■ Problem details
Would you copy each line of the records that includes the word "heightWithHookCatch"?

====== Data extract ======

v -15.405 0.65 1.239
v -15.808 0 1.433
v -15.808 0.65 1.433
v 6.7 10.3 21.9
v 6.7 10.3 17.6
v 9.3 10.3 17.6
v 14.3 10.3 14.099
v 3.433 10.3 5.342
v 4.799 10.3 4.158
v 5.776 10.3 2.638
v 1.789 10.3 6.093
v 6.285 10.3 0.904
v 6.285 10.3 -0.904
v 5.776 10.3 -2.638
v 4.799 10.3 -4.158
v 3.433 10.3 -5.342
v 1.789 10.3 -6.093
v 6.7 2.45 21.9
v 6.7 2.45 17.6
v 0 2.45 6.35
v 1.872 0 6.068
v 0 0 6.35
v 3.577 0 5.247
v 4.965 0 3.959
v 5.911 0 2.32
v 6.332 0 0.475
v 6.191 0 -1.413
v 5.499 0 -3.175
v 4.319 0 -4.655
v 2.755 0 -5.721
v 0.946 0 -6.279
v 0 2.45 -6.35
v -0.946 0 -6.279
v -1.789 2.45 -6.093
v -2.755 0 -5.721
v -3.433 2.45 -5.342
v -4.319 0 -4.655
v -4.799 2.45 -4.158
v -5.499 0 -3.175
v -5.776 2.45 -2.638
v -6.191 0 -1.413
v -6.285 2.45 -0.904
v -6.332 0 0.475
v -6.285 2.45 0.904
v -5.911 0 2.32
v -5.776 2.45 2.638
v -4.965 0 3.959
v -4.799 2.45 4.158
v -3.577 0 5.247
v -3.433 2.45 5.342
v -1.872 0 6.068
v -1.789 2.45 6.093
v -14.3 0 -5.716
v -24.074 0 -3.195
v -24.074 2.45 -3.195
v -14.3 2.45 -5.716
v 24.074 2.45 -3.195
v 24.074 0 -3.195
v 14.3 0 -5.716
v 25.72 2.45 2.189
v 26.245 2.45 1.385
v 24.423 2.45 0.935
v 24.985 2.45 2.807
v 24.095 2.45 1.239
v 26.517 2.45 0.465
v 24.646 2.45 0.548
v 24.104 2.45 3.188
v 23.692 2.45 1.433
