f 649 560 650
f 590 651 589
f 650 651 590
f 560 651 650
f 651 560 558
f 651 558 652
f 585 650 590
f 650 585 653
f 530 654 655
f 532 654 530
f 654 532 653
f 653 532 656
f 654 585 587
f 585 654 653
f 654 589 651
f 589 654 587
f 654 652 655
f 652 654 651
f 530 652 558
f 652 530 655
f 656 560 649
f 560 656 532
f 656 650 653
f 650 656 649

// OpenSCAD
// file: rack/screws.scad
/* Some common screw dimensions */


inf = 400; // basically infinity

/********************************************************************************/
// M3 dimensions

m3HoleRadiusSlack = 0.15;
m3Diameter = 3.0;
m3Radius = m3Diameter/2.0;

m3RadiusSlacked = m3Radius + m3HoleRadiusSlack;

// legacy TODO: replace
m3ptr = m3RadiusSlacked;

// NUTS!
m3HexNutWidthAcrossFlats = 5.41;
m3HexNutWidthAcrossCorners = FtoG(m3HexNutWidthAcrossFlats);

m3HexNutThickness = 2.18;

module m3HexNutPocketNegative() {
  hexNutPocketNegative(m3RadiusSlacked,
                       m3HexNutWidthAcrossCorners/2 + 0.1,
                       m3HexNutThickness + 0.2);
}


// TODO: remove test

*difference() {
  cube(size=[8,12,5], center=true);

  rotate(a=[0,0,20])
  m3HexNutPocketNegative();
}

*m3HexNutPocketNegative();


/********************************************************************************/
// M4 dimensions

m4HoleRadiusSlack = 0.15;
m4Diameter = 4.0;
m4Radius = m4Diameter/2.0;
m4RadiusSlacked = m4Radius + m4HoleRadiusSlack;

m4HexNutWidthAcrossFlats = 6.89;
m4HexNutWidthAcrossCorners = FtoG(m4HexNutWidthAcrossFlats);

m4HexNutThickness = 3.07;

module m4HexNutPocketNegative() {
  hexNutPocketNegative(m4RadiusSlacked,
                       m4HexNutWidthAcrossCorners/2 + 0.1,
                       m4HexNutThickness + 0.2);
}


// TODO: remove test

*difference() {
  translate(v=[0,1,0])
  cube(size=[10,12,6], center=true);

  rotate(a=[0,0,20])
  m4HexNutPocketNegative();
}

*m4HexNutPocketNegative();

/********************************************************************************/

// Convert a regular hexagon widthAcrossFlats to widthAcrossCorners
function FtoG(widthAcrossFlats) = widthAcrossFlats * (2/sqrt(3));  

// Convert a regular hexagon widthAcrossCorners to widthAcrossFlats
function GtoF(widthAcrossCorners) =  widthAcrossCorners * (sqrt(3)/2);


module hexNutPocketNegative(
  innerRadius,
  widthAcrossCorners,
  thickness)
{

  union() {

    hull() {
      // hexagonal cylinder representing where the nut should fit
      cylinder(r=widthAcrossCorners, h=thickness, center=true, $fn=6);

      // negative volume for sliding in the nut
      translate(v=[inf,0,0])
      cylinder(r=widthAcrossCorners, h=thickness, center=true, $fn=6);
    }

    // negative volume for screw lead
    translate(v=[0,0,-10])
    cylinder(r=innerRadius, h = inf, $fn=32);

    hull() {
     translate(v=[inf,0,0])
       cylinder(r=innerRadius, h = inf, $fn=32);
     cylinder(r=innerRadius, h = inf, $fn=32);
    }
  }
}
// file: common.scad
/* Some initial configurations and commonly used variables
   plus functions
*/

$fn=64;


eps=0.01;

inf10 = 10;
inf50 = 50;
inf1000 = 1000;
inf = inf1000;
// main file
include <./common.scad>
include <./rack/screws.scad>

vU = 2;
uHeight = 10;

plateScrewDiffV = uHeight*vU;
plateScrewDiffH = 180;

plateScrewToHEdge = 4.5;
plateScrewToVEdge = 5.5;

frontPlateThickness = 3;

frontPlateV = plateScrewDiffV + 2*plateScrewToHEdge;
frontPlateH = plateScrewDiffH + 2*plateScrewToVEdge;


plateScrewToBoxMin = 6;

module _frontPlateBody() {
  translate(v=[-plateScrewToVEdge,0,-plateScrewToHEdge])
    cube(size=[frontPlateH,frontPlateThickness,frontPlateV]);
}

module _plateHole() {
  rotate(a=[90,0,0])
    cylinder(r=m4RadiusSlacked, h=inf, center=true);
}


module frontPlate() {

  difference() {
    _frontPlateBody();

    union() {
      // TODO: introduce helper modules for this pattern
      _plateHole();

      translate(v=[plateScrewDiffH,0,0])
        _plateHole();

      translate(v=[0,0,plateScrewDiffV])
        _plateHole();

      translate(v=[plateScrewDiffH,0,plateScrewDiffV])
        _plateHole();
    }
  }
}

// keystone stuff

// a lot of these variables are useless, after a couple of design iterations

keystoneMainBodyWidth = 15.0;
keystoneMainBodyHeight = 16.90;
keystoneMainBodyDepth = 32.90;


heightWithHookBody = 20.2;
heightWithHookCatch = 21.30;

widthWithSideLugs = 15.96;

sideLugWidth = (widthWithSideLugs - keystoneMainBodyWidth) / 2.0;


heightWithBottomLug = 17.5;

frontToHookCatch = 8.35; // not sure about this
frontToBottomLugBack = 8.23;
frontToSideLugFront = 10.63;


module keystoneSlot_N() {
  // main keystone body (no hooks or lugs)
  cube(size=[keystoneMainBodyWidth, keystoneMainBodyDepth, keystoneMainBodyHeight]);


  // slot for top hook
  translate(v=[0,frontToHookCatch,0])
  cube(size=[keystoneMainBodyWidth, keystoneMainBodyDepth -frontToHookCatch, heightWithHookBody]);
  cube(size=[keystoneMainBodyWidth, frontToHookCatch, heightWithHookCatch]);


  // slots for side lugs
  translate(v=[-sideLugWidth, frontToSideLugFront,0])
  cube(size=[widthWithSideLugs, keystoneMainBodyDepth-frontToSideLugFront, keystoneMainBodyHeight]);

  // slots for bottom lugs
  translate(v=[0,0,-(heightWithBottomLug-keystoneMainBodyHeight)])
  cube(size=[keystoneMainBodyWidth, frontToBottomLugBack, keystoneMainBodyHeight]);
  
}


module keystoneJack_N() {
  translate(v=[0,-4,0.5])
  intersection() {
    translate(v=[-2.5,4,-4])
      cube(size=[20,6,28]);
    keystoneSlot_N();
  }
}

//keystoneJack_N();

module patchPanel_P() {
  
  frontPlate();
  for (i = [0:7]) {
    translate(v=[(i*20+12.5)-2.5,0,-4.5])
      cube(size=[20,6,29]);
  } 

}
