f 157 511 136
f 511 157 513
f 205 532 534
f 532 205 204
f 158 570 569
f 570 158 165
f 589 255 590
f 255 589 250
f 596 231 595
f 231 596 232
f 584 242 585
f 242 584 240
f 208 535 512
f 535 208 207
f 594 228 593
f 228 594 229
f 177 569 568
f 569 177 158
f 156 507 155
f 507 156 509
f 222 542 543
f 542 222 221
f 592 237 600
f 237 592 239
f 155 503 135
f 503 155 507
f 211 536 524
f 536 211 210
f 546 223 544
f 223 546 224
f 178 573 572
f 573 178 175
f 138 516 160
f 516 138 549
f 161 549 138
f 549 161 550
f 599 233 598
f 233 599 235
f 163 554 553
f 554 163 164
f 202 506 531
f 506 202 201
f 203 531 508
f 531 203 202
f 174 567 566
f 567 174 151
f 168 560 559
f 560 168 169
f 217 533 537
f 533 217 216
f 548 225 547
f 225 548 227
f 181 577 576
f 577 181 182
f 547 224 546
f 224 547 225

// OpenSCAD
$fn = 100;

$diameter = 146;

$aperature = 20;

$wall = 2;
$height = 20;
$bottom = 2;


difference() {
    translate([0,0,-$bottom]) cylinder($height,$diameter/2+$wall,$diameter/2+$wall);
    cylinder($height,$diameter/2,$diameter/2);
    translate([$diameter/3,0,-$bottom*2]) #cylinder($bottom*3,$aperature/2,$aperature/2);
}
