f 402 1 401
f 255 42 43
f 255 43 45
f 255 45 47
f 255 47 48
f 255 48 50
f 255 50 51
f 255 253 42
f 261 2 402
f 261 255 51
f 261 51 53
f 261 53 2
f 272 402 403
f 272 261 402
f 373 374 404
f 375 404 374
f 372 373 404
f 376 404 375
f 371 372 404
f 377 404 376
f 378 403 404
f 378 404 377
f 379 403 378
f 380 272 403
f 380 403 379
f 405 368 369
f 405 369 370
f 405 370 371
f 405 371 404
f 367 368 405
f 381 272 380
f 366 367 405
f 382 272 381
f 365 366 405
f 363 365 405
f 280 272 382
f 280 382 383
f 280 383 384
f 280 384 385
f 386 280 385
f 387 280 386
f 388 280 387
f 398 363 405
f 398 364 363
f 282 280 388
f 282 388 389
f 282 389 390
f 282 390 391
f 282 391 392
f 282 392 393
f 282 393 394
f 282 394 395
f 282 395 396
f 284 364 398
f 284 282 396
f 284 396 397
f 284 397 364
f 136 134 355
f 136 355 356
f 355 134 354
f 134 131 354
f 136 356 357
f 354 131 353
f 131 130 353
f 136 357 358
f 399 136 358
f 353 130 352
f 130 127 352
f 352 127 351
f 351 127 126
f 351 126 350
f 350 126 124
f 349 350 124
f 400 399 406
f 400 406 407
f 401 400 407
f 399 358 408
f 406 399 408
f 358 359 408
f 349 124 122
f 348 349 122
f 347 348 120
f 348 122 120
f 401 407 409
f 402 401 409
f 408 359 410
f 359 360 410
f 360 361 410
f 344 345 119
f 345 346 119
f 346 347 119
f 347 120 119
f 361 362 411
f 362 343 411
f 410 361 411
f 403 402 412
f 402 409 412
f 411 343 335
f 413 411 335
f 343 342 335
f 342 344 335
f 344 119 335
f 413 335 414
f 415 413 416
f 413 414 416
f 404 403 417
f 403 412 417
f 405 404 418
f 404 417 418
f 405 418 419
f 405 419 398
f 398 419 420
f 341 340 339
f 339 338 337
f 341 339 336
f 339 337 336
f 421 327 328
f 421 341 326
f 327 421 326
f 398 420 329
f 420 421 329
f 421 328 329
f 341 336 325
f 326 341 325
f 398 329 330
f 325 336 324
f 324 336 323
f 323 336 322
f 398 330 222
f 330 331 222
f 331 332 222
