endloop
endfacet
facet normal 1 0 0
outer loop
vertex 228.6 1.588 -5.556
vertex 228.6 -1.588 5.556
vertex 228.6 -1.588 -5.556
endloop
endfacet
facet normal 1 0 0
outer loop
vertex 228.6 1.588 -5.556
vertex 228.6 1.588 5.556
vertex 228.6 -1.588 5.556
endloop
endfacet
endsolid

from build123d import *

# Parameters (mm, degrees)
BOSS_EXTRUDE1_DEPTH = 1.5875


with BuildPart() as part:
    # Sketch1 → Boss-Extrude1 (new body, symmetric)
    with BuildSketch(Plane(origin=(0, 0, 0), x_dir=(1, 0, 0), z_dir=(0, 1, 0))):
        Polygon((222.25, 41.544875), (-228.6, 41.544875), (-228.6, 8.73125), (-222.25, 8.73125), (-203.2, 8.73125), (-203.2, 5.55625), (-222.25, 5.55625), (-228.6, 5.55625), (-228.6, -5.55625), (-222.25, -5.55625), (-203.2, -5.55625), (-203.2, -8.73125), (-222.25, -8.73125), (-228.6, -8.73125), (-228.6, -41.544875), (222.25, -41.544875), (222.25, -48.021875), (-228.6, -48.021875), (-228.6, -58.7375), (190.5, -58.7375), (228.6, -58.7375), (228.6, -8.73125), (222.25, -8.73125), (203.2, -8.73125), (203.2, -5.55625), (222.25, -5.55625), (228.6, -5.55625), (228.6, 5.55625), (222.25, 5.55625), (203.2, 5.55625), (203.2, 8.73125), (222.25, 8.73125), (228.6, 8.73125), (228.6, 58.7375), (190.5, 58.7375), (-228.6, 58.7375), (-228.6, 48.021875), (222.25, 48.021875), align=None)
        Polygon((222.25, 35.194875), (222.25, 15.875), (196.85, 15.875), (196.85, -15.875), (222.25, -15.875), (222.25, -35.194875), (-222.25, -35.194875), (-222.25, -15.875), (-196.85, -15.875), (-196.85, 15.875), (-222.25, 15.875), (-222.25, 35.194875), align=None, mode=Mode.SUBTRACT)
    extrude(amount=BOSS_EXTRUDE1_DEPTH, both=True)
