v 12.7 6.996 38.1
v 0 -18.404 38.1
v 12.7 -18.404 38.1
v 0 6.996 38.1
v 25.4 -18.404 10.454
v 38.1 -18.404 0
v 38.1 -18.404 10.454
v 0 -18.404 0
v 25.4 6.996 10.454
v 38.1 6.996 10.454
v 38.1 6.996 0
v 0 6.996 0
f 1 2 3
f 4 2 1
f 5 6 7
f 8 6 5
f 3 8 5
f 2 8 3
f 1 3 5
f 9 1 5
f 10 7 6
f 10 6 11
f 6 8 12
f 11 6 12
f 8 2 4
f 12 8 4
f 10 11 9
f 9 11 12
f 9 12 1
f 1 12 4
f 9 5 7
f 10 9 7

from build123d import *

# Parameters (mm, degrees)
F0_W     = 25.4
F0_H     = 38.1
F1_DEPTH = 38.1
F3_DEPTH = 25.4


with BuildPart() as f1:
    # F0 (on Right) → F1 (new body)
    with BuildSketch(Plane.YZ):
        with Locations((-5.703593, 19.05)):
            Rectangle(F0_W, F0_H)
    extrude(amount=F1_DEPTH)

    # F2 (on face) → F3 (cut)
    with BuildSketch(Plane.XZ.offset(18.403593)):
        Polygon((38.1, 38.1), (12.7, 38.1), (25.4, 10.454088), (38.1, 10.454088), align=None)
    extrude(amount=-F3_DEPTH, mode=Mode.SUBTRACT)


solid = f1.part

======

■ Answer space
heightWithHookCatch = 21.30;
  cube(size=[keystoneMainBodyWidth, frontToHookCatch, heightWithHookCatch]);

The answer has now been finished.